Daniel J. Boorstin – [Automobiles]


The modern American tourist now fills his experience with pseudo-events. He has come to expect both more strangeness and more familiarity than the world naturally offers. He has come to believe that he can have a lifetime of adventure in two weeks and all the thrills of risking his life without any real risk at all.
Daniel J. Boorstin – [Travel and Tourism]

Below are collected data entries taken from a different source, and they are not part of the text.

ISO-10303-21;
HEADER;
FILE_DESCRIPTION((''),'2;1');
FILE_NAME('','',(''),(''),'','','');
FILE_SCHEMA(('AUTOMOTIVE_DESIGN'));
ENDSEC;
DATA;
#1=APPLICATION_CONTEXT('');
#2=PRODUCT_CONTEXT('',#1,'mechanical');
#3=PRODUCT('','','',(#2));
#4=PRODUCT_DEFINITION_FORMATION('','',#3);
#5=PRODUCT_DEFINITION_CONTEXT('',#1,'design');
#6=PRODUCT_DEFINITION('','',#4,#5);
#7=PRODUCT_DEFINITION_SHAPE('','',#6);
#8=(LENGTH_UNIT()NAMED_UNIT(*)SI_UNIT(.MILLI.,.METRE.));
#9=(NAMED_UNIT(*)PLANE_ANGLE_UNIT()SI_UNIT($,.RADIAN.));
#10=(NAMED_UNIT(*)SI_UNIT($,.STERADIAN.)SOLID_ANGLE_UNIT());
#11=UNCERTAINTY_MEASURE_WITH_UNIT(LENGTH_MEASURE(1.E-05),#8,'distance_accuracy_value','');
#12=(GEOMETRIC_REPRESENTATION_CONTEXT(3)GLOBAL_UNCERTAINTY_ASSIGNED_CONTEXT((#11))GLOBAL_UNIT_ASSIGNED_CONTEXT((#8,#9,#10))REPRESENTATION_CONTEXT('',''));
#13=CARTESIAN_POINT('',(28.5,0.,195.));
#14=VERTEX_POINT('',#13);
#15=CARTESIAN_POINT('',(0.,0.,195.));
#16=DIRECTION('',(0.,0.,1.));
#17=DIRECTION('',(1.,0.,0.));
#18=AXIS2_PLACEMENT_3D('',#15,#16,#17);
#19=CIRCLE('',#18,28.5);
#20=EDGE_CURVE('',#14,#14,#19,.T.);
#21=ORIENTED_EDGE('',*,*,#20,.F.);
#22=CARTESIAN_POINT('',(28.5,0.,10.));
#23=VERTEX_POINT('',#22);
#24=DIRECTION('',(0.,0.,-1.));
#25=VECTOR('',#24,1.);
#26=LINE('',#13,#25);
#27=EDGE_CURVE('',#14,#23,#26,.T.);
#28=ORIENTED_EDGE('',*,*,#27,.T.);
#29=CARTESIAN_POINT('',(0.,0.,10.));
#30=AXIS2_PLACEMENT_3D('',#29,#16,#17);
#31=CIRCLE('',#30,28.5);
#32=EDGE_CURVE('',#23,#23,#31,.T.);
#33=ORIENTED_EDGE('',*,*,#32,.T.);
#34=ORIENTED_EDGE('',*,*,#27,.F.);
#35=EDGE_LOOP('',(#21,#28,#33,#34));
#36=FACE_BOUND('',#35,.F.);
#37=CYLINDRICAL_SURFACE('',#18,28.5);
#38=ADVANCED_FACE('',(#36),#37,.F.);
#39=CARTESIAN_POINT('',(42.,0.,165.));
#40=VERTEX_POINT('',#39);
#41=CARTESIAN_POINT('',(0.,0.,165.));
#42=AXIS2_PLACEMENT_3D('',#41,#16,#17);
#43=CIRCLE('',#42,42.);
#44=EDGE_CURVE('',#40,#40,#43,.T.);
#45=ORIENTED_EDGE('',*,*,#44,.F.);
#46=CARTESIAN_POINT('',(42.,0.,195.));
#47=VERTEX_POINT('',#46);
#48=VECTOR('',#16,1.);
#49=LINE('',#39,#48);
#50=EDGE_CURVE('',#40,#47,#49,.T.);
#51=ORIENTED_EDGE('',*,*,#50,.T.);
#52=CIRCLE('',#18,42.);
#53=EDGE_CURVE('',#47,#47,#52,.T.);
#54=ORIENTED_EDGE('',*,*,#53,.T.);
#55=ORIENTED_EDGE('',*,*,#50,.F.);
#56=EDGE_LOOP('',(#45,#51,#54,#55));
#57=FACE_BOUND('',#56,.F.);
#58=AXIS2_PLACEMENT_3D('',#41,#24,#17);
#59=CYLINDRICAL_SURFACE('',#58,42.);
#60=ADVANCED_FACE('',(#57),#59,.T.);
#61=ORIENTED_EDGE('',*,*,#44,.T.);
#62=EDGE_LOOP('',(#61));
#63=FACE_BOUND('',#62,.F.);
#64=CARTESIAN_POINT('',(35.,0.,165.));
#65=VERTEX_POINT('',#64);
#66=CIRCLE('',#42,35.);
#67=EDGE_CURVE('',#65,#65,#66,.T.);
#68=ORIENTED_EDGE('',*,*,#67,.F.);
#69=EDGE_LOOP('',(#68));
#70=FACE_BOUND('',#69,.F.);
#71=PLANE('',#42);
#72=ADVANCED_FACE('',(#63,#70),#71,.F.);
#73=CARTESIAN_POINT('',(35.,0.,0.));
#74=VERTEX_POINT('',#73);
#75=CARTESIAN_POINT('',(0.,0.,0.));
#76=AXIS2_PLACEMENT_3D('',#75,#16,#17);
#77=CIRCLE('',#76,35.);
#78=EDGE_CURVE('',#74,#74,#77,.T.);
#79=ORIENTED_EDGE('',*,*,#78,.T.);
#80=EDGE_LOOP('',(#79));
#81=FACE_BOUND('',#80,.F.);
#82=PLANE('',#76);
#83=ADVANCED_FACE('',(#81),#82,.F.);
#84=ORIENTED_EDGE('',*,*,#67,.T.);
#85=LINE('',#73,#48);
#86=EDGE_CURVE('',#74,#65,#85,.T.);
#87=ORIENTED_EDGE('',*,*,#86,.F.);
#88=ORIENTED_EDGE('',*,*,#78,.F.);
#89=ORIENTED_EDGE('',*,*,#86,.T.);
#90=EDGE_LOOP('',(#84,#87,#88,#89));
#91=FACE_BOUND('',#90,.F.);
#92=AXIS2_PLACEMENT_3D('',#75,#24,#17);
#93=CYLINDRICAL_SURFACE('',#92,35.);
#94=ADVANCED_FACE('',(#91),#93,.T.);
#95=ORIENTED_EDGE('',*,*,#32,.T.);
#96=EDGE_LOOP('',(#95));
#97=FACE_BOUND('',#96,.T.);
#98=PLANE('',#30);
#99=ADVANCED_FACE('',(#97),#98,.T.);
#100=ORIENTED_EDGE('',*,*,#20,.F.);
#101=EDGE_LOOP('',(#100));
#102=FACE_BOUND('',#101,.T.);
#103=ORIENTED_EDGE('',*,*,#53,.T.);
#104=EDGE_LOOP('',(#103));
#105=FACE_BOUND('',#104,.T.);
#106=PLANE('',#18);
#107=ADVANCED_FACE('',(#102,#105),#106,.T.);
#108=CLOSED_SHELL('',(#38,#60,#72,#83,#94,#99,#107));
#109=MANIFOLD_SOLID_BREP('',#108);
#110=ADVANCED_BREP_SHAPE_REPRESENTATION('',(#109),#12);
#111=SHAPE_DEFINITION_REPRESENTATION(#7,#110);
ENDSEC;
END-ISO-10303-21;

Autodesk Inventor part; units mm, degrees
ref_plane "YZ Plane" through (0, 0, 0) normal (1, 0, 0) x (0, 1, 0)
ref_plane "XZ Plane" through (0, 0, 0) normal (0, 1, 0) x (-1, 0, 0)
ref_plane "XY Plane" through (0, 0, 0) normal (0, 0, 1) x (1, 0, 0)
sketch "Sketch1" plane through (0, 0, 0) normal (0, 0, 1) x (1, 0, 0)
  circle A0 centre (0, 0) radius 35
  dimension "d0" = 70
extrude "Extrusion1" add sketch "Sketch1" along normal blind 165
sketch "Sketch2" plane through (0, 0, 165) normal (0, 0, 1) x (1, 0, 0)
  circle A0 centre (0, 0) radius 42
  dimension "d3" = 84
extrude "Extrusion2" add sketch "Sketch2" along normal blind 30
sketch "Sketch3" plane through (0, 0, 195) normal (0, 0, 1) x (1, 0, 0)
  circle A0 centre (0, 0) radius 28.5
  dimension "d6" = 57
extrude "Extrusion3" cut sketch "Sketch3" against normal blind 185
properties part number "Tygiel_TG5"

The most important American addition to the World Experience was the simple surprising fact of America. We have helped prepare mankind for all its later surprises.
Daniel J. Boorstin – [America]


The most refined skills of color printing, the intricate techniques of wide-angle photography, provide us pictures of trivia bigger and more real than life. We forget that we see trivia and notice only that the reproduction is so good. Man fulfils his dream and by photographic magic produces a precise image of the Grand Canyon. The result is not that he adores nature or beauty the more. Instead he adores his camera — and himself.
Daniel J. Boorstin – [Photography]


The traditional novel form continues to enlarge our experience in those very areas where the wide-angle lens and the Cinema screen tend to narrow it.
Daniel J. Boorstin – [Fiction]


The world of crime is a last refuge of the authentic, uncorrupted, spontaneous event.
Daniel J. Boorstin – [Crime and Criminals]


Time makes heroes but dissolves celebrities.